MS Guy Does Hadoop (Part 3 – Hive)
Writing MapReduce Java jobs might be OK for simple analytical needs or distributing processing jobs but it might be challenging for more involved scenarios, such as joining two datasets. This is where Hive comes in. Hive was originally developed by the Facebook data warehousing team after they concluded that “… developers ended up spending hours (if not days) to write programs for even simple analyses”. Instead, Hive offers a SQL–like language that is capable of auto-generating the MapReduce code.
The Hive Shell
Hive introduces the notion of a “table” on top of data. It has its own shell which can be invoked by typing “hive” in the command window. The following command shows the Hive tables. I have defined two tables: records and records_ex.
[cloudera@localhost book]$ hive
hive> show tables;
OK
records
records_ex
Time taken: 4.602 seconds
hive>
Creating a Managed Table
Suppose you have a file with the following tab-delimited format:
1950 0 1
1950 22 1
1950 -11 1
1949 111 1
1949 78 1
The following Hive statement creates a records table with three columns.
hive> CREATE TABLE records (year STRING, temperature INT, quality INT)
ROW FORMAT DELIMITED
FIELDS TERMINATED BY ‘\t’;
Next, we use the LOAD DATA statement to populate the records table with data from a file located on the local file system:
LOAD DATA LOCAL INPATH ‘input/ncdc/micro-tab/sample.txt’
OVERWRITE INTO TABLE records;
This causes Hive to move the file to its repository on local file system (/hive/warehouse). Therefore, by default, Hive will manage the table. If you drop the table, Hive will delete the source data.
Creating an External Table
What if the data is already in HDFS and you don’t want to move the files? In this case, you can tell Hive that the table will be external to Hive and you’ll manage the data. Suppose that you’ve already copied the sample.txt file to HDFS:
>hive[cloudera@localhost ~]$ hadoop dfs -ls /user/cloudera/input/ncdc
Found 1 items
-rw-r–r– 1 cloudera supergroup 529 2012-06-07 16:24 /user/cloudera/input/ncdc/sample.txt
Next, we tell Hive to create an external table:
CREATE EXTERNAL TABLE records_ex (year STRING, temperature INT, quality INT)

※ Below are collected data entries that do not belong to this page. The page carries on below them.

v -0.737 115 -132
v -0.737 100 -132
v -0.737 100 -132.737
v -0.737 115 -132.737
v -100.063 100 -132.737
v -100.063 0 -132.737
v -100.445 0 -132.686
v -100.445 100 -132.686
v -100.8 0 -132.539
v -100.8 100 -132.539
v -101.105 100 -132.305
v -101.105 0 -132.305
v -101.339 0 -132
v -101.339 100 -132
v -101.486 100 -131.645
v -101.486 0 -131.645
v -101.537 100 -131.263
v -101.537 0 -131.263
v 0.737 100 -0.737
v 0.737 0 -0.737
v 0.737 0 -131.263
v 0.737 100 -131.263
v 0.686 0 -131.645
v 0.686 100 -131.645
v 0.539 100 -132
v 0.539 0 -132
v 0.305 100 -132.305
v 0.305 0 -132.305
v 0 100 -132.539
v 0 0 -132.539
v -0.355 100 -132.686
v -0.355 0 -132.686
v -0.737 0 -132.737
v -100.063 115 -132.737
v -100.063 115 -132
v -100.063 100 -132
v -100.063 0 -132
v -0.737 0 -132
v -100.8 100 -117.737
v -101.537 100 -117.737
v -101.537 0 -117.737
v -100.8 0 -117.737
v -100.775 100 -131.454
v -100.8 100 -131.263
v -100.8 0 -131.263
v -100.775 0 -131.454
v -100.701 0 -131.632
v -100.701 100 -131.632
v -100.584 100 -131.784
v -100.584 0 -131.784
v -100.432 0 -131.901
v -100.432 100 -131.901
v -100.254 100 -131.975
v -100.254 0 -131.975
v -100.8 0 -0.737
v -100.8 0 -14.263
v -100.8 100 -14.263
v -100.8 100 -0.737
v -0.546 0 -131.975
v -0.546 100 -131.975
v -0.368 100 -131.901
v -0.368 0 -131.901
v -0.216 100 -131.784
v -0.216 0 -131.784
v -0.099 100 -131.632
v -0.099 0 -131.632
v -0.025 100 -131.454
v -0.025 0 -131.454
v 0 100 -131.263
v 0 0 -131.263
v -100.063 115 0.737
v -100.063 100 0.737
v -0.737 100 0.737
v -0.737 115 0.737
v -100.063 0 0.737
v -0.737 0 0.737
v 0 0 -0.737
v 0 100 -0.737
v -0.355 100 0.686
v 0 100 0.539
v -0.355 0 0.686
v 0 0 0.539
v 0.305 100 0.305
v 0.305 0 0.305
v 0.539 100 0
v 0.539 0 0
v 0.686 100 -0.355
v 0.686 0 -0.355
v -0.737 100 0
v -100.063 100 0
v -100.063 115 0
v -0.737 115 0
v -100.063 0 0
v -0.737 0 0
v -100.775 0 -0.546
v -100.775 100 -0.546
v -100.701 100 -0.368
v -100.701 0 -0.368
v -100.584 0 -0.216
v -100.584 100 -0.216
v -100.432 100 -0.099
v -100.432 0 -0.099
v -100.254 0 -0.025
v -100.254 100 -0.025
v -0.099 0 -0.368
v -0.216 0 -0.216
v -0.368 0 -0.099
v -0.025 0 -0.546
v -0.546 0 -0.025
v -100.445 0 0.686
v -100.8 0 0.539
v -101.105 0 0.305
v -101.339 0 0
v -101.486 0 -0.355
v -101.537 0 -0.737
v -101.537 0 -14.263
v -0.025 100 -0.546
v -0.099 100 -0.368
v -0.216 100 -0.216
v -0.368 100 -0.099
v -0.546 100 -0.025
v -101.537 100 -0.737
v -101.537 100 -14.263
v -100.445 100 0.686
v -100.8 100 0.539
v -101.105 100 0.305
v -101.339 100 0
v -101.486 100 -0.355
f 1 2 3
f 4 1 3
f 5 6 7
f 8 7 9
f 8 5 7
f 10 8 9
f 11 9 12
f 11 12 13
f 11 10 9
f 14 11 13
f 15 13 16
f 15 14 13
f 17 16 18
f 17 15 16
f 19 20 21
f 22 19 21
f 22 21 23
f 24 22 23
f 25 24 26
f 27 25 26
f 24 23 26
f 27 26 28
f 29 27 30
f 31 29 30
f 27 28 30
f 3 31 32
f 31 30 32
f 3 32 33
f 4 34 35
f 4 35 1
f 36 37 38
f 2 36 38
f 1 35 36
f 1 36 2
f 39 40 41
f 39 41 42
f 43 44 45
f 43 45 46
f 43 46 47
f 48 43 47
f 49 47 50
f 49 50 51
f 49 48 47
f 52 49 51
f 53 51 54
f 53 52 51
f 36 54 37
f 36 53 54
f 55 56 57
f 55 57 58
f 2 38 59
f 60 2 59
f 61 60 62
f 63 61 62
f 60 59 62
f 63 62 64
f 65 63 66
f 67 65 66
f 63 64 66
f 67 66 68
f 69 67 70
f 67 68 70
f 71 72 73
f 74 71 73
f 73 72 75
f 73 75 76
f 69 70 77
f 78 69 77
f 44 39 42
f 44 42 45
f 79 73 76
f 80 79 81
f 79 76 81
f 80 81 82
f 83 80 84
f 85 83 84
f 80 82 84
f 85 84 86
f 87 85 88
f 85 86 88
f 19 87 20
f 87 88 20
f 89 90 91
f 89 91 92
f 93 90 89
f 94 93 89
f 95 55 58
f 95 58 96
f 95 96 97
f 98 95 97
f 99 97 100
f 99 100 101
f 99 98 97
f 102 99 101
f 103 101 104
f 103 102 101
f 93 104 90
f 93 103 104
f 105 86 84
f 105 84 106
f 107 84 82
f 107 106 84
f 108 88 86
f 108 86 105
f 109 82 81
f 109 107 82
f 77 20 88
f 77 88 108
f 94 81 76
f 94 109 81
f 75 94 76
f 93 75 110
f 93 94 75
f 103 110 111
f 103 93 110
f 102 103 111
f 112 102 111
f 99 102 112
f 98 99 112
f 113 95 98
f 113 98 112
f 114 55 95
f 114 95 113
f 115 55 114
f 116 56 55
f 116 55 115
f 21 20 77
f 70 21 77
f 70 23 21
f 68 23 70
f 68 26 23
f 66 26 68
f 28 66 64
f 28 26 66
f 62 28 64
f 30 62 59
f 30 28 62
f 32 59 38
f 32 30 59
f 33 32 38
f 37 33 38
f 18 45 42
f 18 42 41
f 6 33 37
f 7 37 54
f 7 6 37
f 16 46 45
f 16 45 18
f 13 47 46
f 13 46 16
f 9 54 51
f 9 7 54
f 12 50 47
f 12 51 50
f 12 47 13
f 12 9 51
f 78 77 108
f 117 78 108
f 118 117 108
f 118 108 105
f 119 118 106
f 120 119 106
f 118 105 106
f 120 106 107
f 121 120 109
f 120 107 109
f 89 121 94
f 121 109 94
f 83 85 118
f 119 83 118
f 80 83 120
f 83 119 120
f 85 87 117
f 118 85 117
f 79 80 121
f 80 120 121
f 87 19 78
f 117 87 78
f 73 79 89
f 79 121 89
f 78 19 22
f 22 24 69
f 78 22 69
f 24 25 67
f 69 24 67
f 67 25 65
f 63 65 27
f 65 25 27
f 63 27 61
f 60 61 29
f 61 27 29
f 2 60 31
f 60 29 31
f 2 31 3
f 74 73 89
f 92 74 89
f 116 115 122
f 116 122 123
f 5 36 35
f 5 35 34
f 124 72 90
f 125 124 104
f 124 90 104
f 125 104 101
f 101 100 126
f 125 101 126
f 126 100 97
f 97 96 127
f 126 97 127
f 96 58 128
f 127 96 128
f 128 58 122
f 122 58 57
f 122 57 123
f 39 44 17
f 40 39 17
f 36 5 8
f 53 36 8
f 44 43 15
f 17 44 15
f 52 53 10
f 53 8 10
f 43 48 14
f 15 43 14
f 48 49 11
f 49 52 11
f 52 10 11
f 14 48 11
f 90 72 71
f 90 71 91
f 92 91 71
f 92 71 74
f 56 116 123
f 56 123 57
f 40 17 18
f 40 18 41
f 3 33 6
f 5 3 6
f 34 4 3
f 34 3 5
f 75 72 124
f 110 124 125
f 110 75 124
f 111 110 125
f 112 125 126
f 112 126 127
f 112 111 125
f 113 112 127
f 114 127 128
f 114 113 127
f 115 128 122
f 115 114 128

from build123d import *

# Parameters (mm, degrees)
BASE_FLANGE1_DEPTH      = 100
EDGE_FLANGE1_DEPTH      = 100
EDGE_FLANGE1_BEND_DEPTH = 100
SKETCH8_W               = 99.3268
SKETCH8_H               = 0.7366
BOSS_EXTRUDE1_DEPTH     = 15


# Sheet-metal steps are written as plain solids
with BuildPart() as part:
    # Sketch1 → Base-Flange1 (new body)
    with BuildSketch(Plane(origin=(0, 0, 0), x_dir=(1, 0, 0), z_dir=(0, 1, 0))):
        with BuildLine():
            Line((-100, 132), (-0.7366, 132))
            ThreePointArc((-0.7366, 132), (-0.215745145, 131.784254855), (0, 131.2634))
            Line((0, 131.2634), (0, 0.7366))
            ThreePointArc((0, 0.7366), (-0.215745145, 0.215745145), (-0.7366, 0))
            Line((-0.7366, 0), (-100, 0))
            Line((-100, 0), (-100, -0.7366))
            Line((-100, -0.7366), (-0.7366, -0.7366))
            ThreePointArc((-0.7366, -0.7366), (0.30510971, -0.30510971), (0.7366, 0.7366))
            Line((0.7366, 0.7366), (0.7366, 131.2634))
            ThreePointArc((0.7366, 131.2634), (0.30510971, 132.30510971), (-0.7366, 132.7366))
            Line((-0.7366, 132.7366), (-100, 132.7366))
            Line((-100, 132.7366), (-100, 132))
        make_face()
    extrude(amount=BASE_FLANGE1_DEPTH)

    # Edge-Flange1 section (across the edge) → Edge-Flange1 (add)
    with BuildSketch(Plane(origin=(-100.8, 100, -132), x_dir=(1, 0, 0), z_dir=(0, -1, 0))):
        with BuildLine():
            Line((-0.7366, 0.7366), (-0.7366, 14.2634))
            Line((-0.7366, 14.2634), (0, 14.2634))
            Line((0, 14.2634), (0, 0.7366))
            ThreePointArc((0, 0.7366), (0.215745145, 0.215745145), (0.7366, 0))
            Line((0.7366, 0), (0.8, 0))
            Line((0.8, 0), (0.8, -0.7366))
            Line((0.8, -0.7366), (0.7366, -0.7366))
            ThreePointArc((0.7366, -0.7366), (-0.30510971, -0.30510971), (-0.7366, 0.7366))
        make_face()
    extrude(amount=EDGE_FLANGE1_DEPTH)

    # Edge-Flange1 section 2 (across the edge) → Edge-Flange1 bend (add)
    with BuildSketch(Plane(origin=(-100.8, 0, 0), x_dir=(1, 0, 0), z_dir=(0, 1, 0))):
        with BuildLine():
            Line((-0.7366, 0.7366), (-0.7366, 14.2634))
            Line((-0.7366, 14.2634), (0, 14.2634))
            Line((0, 14.2634), (0, 0.7366))
            ThreePointArc((0, 0.7366), (0.215745145, 0.215745145), (0.7366, 0))
            Line((0.7366, 0), (0.8, 0))
            Line((0.8, 0), (0.8, -0.7366))
            Line((0.8, -0.7366), (0.7366, -0.7366))
            ThreePointArc((0.7366, -0.7366), (-0.30510971, -0.30510971), (-0.7366, 0.7366))
        make_face()
    extrude(amount=EDGE_FLANGE1_BEND_DEPTH)

    # Sketch8 → Boss-Extrude1 (add)
    with BuildSketch(Plane(origin=(0, 100, 0), x_dir=(1, 0, 0), z_dir=(0, 1, 0))):
        with Locations((-50.4, -0.3683)):
            Rectangle(SKETCH8_W, SKETCH8_H)
        with Locations((-50.4, 132.3683)):
            Rectangle(SKETCH8_W, SKETCH8_H)
    extrude(amount=BOSS_EXTRUDE1_DEPTH)


solid = part.part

LOCATION ‘/user/cloudera/records_ex’;
LOAD DATA INPATH ‘/input/ncdc/sample.txt’
OVERWRITE INTO TABLE records_ex
The EXTERNAL clause causes Hive to leave the data where it is without even checking if the file exists. The INPATH clause points to the source file. The OVEWRITE clause causes the existing data to be removed.
Querying Data
The Hive SQL variant language is called HiveQL. HiveQL does not support the full SQL-92 specification as this wasn’t a design goal. The following two examples show how to select all data from our table.
hive> select * from records_ex;
OK
1950 0 1
1950 22 1
1950 -11 1
1949 111 1
1949 78 1
Time taken: 0.527 seconds
hive> SELECT year, MAX(temperature)
> FROM records
> WHERE temperature != 9999
> AND quality in (1,2)
> GROUP BY year;
Total MapReduce jobs = 1
Launching Job 1 out of 1
Number of reduce tasks not specified. Estimated from input data size: 1
In order to change the average load for a reducer (in bytes):
set hive.exec.reducers.bytes.per.reducer=<number>
In order to limit the maximum number of reducers:
set hive.exec.reducers.max=<number>
In order to set a constant number of reducers:
set mapred.reduce.tasks=<number>
Starting Job = job_201206241704_0001, Tracking URL = http://0.0.0.0:50030/jobdetails.jsp?jobid=job_201206241704_0001
Kill Command = /usr/lib/hadoop/bin/hadoop job -Dmapred.job.tracker=0.0.0.0:8021 -kill job_201206241704_0001
2012-06-24 18:21:15,022 Stage-1 map = 0%, reduce = 0%
2012-06-24 18:21:19,106 Stage-1 map = 100%, reduce = 0%
2012-06-24 18:21:30,212 Stage-1 map = 100%, reduce = 100%
Ended Job = job_201206241704_0001
OK
1949 111
1950 22
Time taken: 26.779 seconds
As you can see from the second example, Hive generates a MapReduce job. Please don’t make any conclusions from the fact that this simple query takes 26 seconds on my VM while it would take a millisecond to execute on any modern relational database. It takes quite a bit of time to instantiate MapReduce jobs and end users probably won’t query Hadoop directly anyway. Besides, the performance results will probably look completely different with hundreds of terabytes of data.
In a future blog on Hadoop, I plan to summarize my research on Hadoop and recommend usage scenarios.